As the Hindenburg neared her special mooring tower at Lakehurst Naval Air Station—on May 6, 1937—she suddenly burst into flames. This photo, by Gus Pasquerella, depicts the disaster-in-process.
In addition to eyewitness testimony, archives have movies and still photographs of the Hindenburg disaster. Decades later people still marvel at the magnitude of the tragedy.
Watching the movie we see a horrific tragedy. But what really happened? Following the link to a description of four key events, we learn that:
As Navy and ground crew personnel raced to help the victims, one man (Navy linesman Allen Hagaman) was killed. So were 35 people on board the Hindenburg (plus 2 dogs).
Virtually nothing but questions remained, although some of the mail (like this charred post card) survived.
What had caused this terrible disaster? For years, people believed the most likely cause was the use of hydrogen. Some folks still believe that theory. But a retired NASA scientist recently found a different cause.

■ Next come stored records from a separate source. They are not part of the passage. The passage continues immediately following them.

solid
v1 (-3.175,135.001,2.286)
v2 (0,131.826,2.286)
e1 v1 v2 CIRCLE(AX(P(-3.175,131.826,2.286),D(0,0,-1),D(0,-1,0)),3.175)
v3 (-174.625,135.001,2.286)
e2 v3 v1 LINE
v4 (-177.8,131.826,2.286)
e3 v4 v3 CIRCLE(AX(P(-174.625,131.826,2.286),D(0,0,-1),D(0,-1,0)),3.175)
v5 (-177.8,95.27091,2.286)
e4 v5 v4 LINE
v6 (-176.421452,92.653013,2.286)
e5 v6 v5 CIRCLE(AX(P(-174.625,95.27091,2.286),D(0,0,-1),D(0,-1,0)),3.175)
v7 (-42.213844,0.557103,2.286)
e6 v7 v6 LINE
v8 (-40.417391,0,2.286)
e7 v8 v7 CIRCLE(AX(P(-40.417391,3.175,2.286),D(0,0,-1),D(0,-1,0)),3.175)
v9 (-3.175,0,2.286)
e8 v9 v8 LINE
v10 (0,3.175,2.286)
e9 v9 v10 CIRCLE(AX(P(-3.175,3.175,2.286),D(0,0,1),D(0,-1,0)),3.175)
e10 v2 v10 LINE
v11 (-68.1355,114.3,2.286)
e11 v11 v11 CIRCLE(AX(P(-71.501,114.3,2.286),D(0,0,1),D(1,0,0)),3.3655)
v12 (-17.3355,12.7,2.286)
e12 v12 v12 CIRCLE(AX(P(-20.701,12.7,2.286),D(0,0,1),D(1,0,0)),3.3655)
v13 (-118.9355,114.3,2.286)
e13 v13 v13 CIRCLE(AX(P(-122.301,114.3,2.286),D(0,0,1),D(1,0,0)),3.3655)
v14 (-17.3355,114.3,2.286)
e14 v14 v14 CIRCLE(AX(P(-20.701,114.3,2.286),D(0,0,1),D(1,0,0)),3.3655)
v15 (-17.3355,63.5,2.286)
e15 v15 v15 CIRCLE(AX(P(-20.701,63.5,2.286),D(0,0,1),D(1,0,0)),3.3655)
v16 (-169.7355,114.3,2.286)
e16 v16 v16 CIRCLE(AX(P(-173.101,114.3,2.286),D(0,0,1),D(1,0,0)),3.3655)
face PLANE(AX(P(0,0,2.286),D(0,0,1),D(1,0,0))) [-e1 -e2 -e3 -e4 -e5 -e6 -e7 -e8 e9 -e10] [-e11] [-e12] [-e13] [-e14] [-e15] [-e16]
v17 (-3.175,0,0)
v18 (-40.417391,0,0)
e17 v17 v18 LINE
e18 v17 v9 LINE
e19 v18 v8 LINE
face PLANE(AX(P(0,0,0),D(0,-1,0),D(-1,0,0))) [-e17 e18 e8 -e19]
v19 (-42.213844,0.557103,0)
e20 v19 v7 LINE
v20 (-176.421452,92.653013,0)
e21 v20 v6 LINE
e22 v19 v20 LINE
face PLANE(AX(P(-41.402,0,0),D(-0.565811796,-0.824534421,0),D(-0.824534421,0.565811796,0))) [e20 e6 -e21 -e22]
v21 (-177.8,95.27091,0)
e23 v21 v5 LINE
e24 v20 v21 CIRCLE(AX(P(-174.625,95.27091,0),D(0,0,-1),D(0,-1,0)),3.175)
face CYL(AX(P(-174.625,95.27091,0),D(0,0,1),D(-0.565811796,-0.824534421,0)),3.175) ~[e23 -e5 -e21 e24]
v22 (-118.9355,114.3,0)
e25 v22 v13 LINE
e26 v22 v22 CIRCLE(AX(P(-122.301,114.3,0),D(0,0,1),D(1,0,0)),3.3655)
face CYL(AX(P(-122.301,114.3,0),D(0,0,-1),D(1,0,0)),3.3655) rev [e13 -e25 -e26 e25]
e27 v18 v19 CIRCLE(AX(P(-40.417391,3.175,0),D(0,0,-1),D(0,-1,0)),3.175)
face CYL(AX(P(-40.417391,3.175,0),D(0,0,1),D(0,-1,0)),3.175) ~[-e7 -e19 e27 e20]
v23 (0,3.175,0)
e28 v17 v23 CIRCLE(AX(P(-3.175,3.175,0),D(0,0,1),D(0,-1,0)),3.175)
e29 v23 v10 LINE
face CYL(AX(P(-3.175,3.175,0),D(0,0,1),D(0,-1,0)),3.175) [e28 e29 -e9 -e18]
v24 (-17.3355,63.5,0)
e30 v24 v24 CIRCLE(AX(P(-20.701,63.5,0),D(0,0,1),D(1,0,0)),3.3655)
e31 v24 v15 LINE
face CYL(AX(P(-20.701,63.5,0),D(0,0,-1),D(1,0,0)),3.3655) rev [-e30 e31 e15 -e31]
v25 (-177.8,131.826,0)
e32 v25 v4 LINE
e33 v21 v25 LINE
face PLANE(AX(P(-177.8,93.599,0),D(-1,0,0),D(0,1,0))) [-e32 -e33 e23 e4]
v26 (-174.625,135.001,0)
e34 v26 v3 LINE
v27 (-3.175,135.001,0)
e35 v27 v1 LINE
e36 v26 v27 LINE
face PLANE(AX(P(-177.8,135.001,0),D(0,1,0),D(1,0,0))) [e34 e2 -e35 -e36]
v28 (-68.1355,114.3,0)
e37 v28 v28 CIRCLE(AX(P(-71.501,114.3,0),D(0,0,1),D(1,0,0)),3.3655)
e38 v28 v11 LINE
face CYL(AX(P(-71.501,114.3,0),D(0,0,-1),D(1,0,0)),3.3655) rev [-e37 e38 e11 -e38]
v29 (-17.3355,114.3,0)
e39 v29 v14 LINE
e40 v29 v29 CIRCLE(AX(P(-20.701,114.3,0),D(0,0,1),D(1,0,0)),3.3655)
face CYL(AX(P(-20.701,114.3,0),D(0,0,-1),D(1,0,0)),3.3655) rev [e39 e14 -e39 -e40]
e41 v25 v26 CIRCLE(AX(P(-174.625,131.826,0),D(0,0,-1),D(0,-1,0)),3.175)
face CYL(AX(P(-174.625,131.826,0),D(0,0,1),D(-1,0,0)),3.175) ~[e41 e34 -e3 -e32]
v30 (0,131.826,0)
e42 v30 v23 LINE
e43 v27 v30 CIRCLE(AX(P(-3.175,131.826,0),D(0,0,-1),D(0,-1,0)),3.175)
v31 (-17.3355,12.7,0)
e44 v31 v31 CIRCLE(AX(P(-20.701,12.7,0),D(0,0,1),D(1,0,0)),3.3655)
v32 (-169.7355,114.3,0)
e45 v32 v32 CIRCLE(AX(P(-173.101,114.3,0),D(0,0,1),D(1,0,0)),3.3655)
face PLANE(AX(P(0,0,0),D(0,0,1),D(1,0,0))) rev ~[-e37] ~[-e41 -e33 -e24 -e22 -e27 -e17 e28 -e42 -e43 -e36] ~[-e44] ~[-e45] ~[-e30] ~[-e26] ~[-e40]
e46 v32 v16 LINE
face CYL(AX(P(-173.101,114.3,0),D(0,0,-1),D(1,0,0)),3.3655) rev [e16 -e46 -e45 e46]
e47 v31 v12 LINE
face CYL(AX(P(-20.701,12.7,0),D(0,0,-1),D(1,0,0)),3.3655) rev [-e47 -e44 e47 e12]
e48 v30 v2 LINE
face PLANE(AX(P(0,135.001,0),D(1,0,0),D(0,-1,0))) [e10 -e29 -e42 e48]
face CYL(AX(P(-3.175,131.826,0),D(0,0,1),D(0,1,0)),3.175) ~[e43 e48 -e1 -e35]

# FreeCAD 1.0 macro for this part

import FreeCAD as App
import Part
import Sketcher

V = App.Vector
Q = App.Units.Quantity


def edges_at(feature, points):
    """Names of the edges that pass closest to the given points."""
    edges = feature.Shape.Edges
    near = lambda p: min(range(len(edges)), key=lambda i: edges[i].distToShape(Part.Vertex(*p))[0])
    return sorted({f"Edge{near(p) + 1}" for p in points})

doc = App.newDocument("Part")
body = doc.addObject("PartDesign::Body", "Body")

# Sketch on XY plane
sketch1 = doc.addObject("Sketcher::SketchObject", "Sketch")
body.addObject(sketch1)
sketch1.AttachmentSupport = (doc.XY_Plane, [""])
sketch1.MapMode = "FlatFace"
sketch1.addGeometry(Part.LineSegment(V(-41.4, 0, 0), V(0, 0, 0)), False)
sketch1.addGeometry(Part.LineSegment(V(0, 0, 0), V(0, 135, 0)), False)
sketch1.addGeometry(Part.LineSegment(V(0, 135, 0), V(-177.8, 135, 0)), False)
sketch1.addGeometry(Part.LineSegment(V(-177.8, 135, 0), V(-177.8, 93.6, 0)), False)
sketch1.addGeometry(Part.LineSegment(V(-177.8, 93.6, 0), V(-41.4, 0, 0)), False)
sketch1.addGeometry(Part.Circle(V(-20.7, 12.7, 0), V(0, 0, 1), 3.4), False)
sketch1.addGeometry(Part.Circle(V(-20.7, 63.5, 0), V(0, 0, 1), 3.4), False)
sketch1.addGeometry(Part.Circle(V(-173.1, 114.3, 0), V(0, 0, 1), 3.4), False)
sketch1.addGeometry(Part.Circle(V(-122.3, 114.3, 0), V(0, 0, 1), 3.4), False)
sketch1.addGeometry(Part.Circle(V(-71.5, 114.3, 0), V(0, 0, 1), 3.4), False)
sketch1.addGeometry(Part.Circle(V(-20.7, 114.3, 0), V(0, 0, 1), 3.4), False)
sketch1.addConstraint(Sketcher.Constraint("Coincident", 0, 2, 1, 1))
sketch1.addConstraint(Sketcher.Constraint("Coincident", 1, 2, 2, 1))
sketch1.addConstraint(Sketcher.Constraint("Coincident", 2, 2, 3, 1))
sketch1.addConstraint(Sketcher.Constraint("Coincident", 3, 2, 4, 1))
sketch1.addConstraint(Sketcher.Constraint("Coincident", 4, 2, 0, 1))
sketch1.addConstraint(Sketcher.Constraint("Horizontal", 0))
sketch1.addConstraint(Sketcher.Constraint("Vertical", 1))
sketch1.addConstraint(Sketcher.Constraint("Horizontal", 2))
sketch1.addConstraint(Sketcher.Constraint("Vertical", 3))
sketch1.addConstraint(Sketcher.Constraint("Coincident", 0, 2, -1, 1))
sketch1.addConstraint(Sketcher.Constraint("Equal", 5, 6))
sketch1.addConstraint(Sketcher.Constraint("Equal", 6, 7))
sketch1.addConstraint(Sketcher.Constraint("Equal", 7, 8))
sketch1.addConstraint(Sketcher.Constraint("Equal", 8, 9))
sketch1.addConstraint(Sketcher.Constraint("Equal", 9, 10))
sketch1.addConstraint(Sketcher.Constraint("Horizontal", 7, 3, 8, 3))
sketch1.addConstraint(Sketcher.Constraint("Horizontal", 8, 3, 9, 3))
sketch1.addConstraint(Sketcher.Constraint("Horizontal", 9, 3, 10, 3))
sketch1.addConstraint(Sketcher.Constraint("Vertical", 5, 3, 6, 3))
sketch1.addConstraint(Sketcher.Constraint("Vertical", 6, 3, 10, 3))
sketch1.addConstraint(Sketcher.Constraint("Equal", 0, 3))
sketch1.addConstraint(Sketcher.Constraint("DistanceX", 2, 2, 2, 1, Q("7 in")))
sketch1.addConstraint(Sketcher.Constraint("Diameter", 5, Q("0.265 in")))
sketch1.addConstraint(Sketcher.Constraint("DistanceY", 5, 3, 6, 3, Q("2 in")))
sketch1.addConstraint(Sketcher.Constraint("DistanceY", 6, 3, 7, 3, Q("2 in")))
sketch1.addConstraint(Sketcher.Constraint("DistanceX", 7, 3, 8, 3, Q("2 in")))
sketch1.addConstraint(Sketcher.Constraint("DistanceX", 8, 3, 9, 3, Q("2 in")))
sketch1.addConstraint(Sketcher.Constraint("DistanceX", 9, 3, 6, 3, Q("2 in")))
sketch1.addConstraint(Sketcher.Constraint("DistanceX", 0, 1, 0, 2, Q("1.63 in")))
sketch1.addConstraint(Sketcher.Constraint("DistanceY", -1, 1, 5, 3, Q("0.5 in")))
sketch1.addConstraint(Sketcher.Constraint("DistanceY", 1, 1, 1, 2, Q("5.315 in")))
sketch1.addConstraint(Sketcher.Constraint("DistanceX", 5, 3, -1, 1, Q("0.815 in")))
pad1 = doc.addObject("PartDesign::Pad", "Pad")
body.addObject(pad1)
pad1.Profile = sketch1
pad1.Length = Q("0.09 in")
doc.recompute()

fillet = doc.addObject("PartDesign::Fillet", "Fillet")
body.addObject(fillet)
fillet.Base = (pad1, edges_at(pad1, [
    (0, 135.001, 1.143),
    (0, 0, 1.143),
    (-41.402, 0, 1.143),
    (-177.8, 93.599, 1.143),
    (-177.8, 135.001, 1.143),
]))
fillet.Radius = Q("0.125 in")

doc.recompute()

Watching the film, examining still photos, reviewing eyewitness testimony and, surprisingly, testing 60-year-old airship covering, Dr. Addison Bain did not believe the fire’s source was hydrogen-related. His conclusions coincide with the findings of Otto Beyersdorff, a German electrical engineer who was part of the team assigned to investigate the fire on behalf of the Third Reich.
There is one fundamental difference in their findings: timing. Beyersdorff reached his conclusion within five weeks of the disaster.